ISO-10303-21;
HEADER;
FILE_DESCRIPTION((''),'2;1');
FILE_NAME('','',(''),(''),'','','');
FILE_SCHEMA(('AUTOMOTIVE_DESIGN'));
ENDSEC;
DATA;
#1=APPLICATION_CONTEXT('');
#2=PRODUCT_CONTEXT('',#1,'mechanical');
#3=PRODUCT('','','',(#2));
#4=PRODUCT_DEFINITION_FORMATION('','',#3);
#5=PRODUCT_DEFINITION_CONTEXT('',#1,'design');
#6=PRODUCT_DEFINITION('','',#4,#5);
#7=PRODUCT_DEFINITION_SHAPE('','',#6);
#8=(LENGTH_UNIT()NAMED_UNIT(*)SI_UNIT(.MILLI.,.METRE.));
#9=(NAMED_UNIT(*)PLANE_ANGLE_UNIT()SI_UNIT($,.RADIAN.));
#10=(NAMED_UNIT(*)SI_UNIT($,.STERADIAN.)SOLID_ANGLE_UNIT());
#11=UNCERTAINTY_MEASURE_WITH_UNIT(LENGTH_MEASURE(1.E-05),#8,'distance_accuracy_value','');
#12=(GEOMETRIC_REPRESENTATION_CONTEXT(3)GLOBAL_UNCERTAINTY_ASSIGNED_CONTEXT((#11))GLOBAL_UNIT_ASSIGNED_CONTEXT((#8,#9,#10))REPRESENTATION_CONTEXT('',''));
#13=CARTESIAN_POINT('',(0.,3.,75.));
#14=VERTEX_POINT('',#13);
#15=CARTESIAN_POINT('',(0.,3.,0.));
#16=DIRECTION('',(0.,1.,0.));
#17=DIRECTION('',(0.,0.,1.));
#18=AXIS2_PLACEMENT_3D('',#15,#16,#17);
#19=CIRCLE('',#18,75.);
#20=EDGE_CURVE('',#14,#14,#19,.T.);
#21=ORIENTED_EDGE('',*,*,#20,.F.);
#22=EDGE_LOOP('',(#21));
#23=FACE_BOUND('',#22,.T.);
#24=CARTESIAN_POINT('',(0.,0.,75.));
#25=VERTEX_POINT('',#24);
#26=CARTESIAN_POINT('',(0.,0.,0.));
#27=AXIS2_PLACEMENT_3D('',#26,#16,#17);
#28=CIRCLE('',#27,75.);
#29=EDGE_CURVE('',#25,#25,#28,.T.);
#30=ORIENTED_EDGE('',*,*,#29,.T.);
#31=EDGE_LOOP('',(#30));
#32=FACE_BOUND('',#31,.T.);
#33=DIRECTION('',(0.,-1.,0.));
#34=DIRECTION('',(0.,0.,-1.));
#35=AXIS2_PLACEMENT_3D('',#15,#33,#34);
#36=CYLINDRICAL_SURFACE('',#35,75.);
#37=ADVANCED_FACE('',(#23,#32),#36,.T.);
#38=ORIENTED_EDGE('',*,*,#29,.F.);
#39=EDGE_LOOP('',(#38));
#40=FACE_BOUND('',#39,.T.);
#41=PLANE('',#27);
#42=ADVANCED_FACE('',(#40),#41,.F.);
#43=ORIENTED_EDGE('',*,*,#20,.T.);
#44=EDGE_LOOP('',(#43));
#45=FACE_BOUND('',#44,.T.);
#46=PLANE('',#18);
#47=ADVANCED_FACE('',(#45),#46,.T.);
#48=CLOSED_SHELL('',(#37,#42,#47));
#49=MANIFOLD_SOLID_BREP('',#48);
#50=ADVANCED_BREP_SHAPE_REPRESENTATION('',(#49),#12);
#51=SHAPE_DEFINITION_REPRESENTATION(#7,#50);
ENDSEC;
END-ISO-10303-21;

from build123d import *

# Parameters (mm, degrees)
SKETCH_1_R      = 75
EXTRUDE_1_DEPTH = 3


with BuildPart() as part:
    # 草图1 → 凸台-拉伸1 (new body)
    with BuildSketch(Plane(origin=(0, 0, 0), x_dir=(1, 0, 0), z_dir=(0, 1, 0))):
        with Locations(Location((0, 0, 0), (0, 0, 270))):
            Circle(SKETCH_1_R)
    extrude(amount=EXTRUDE_1_DEPTH)


solid = part.part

■ ■ ■ ■ ■

◆ Problem ◆
Write the listing out again, exactly as shown above.

◆ Answer for this exercise ◆
ISO-10303-21;
HEADER;
FILE_DESCRIPTION((''),'2;1');
FILE_NAME('','',(''),(''),'','','');
FILE_SCHEMA(('AUTOMOTIVE_DESIGN'));
ENDSEC;
DATA;
#1=APPLICATION_CONTEXT('');
#2=PRODUCT_CONTEXT('',#1,'mechanical');
#3=PRODUCT('','','',(#2));
#4=PRODUCT_DEFINITION_FORMATION('','',#3);
#5=PRODUCT_DEFINITION_CONTEXT('',#1,'design');
#6=PRODUCT_DEFINITION('','',#4,#5);
#7=PRODUCT_DEFINITION_SHAPE('','',#6);
#8=(LENGTH_UNIT()NAMED_UNIT(*)SI_UNIT(.MILLI.,.METRE.));
#9=(NAMED_UNIT(*)PLANE_ANGLE_UNIT()SI_UNIT($,.RADIAN.));
#10=(NAMED_UNIT(*)SI_UNIT($,.STERADIAN.)SOLID_ANGLE_UNIT());
#11=UNCERTAINTY_MEASURE_WITH_UNIT(LENGTH_MEASURE(1.E-05),#8,'distance_accuracy_value','');
#12=(GEOMETRIC_REPRESENTATION_CONTEXT(3)GLOBAL_UNCERTAINTY_ASSIGNED_CONTEXT((#11))GLOBAL_UNIT_ASSIGNED_CONTEXT((#8,#9,#10))REPRESENTATION_CONTEXT('',''));
#13=CARTESIAN_POINT('',(0.,3.,75.));
#14=VERTEX_POINT('',#13);
#15=CARTESIAN_POINT('',(0.,3.,0.));
#16=DIRECTION('',(0.,1.,0.));
#17=DIRECTION('',(0.,0.,1.));
#18=AXIS2_PLACEMENT_3D('',#15,#16,#17);
#19=CIRCLE('',#18,75.);
#20=EDGE_CURVE('',#14,#14,#19,.T.);
#21=ORIENTED_EDGE('',*,*,#20,.F.);
#22=EDGE_LOOP('',(#21));
#23=FACE_BOUND('',#22,.T.);
#24=CARTESIAN_POINT('',(0.,0.,75.));
#25=VERTEX_POINT('',#24);
#26=CARTESIAN_POINT('',(0.,0.,0.));
#27=AXIS2_PLACEMENT_3D('',#26,#16,#17);
#28=CIRCLE('',#27,75.);
#29=EDGE_CURVE('',#25,#25,#28,.T.);
#30=ORIENTED_EDGE('',*,*,#29,.T.);
#31=EDGE_LOOP('',(#30));
#32=FACE_BOUND('',#31,.T.);
#33=DIRECTION('',(0.,-1.,0.));
#34=DIRECTION('',(0.,0.,-1.));
#35=AXIS2_PLACEMENT_3D('',#15,#33,#34);
#36=CYLINDRICAL_SURFACE('',#35,75.);
#37=ADVANCED_FACE('',(#23,#32),#36,.T.);
#38=ORIENTED_EDGE('',*,*,#29,.F.);
#39=EDGE_LOOP('',(#38));
#40=FACE_BOUND('',#39,.T.);
#41=PLANE('',#27);
#42=ADVANCED_FACE('',(#40),#41,.F.);
#43=ORIENTED_EDGE('',*,*,#20,.T.);
#44=EDGE_LOOP('',(#43));
#45=FACE_BOUND('',#44,.T.);
#46=PLANE('',#18);
#47=ADVANCED_FACE('',(#45),#46,.T.);
#48=CLOSED_SHELL('',(#37,#42,#47));
#49=MANIFOLD_SOLID_BREP('',#48);
#50=ADVANCED_BREP_SHAPE_REPRESENTATION('',(#49),#12);
#51=SHAPE_DEFINITION_REPRESENTATION(#7,#50);
ENDSEC;
END-ISO-10303-21;

from build123d import *

# Parameters (mm, degrees)
SKETCH_1_R      = 75
EXTRUDE_1_DEPTH = 3


with BuildPart() as part:
    # 草图1 → 凸台-拉伸1 (new body)
    with BuildSketch(Plane(origin=(0, 0, 0), x_dir=(1, 0, 0), z_dir=(0, 1, 0))):
        with Locations(Location((0, 0, 0), (0, 0, 270))):
            Circle(SKETCH_1_R)
    extrude(amount=EXTRUDE_1_DEPTH)


solid = part.part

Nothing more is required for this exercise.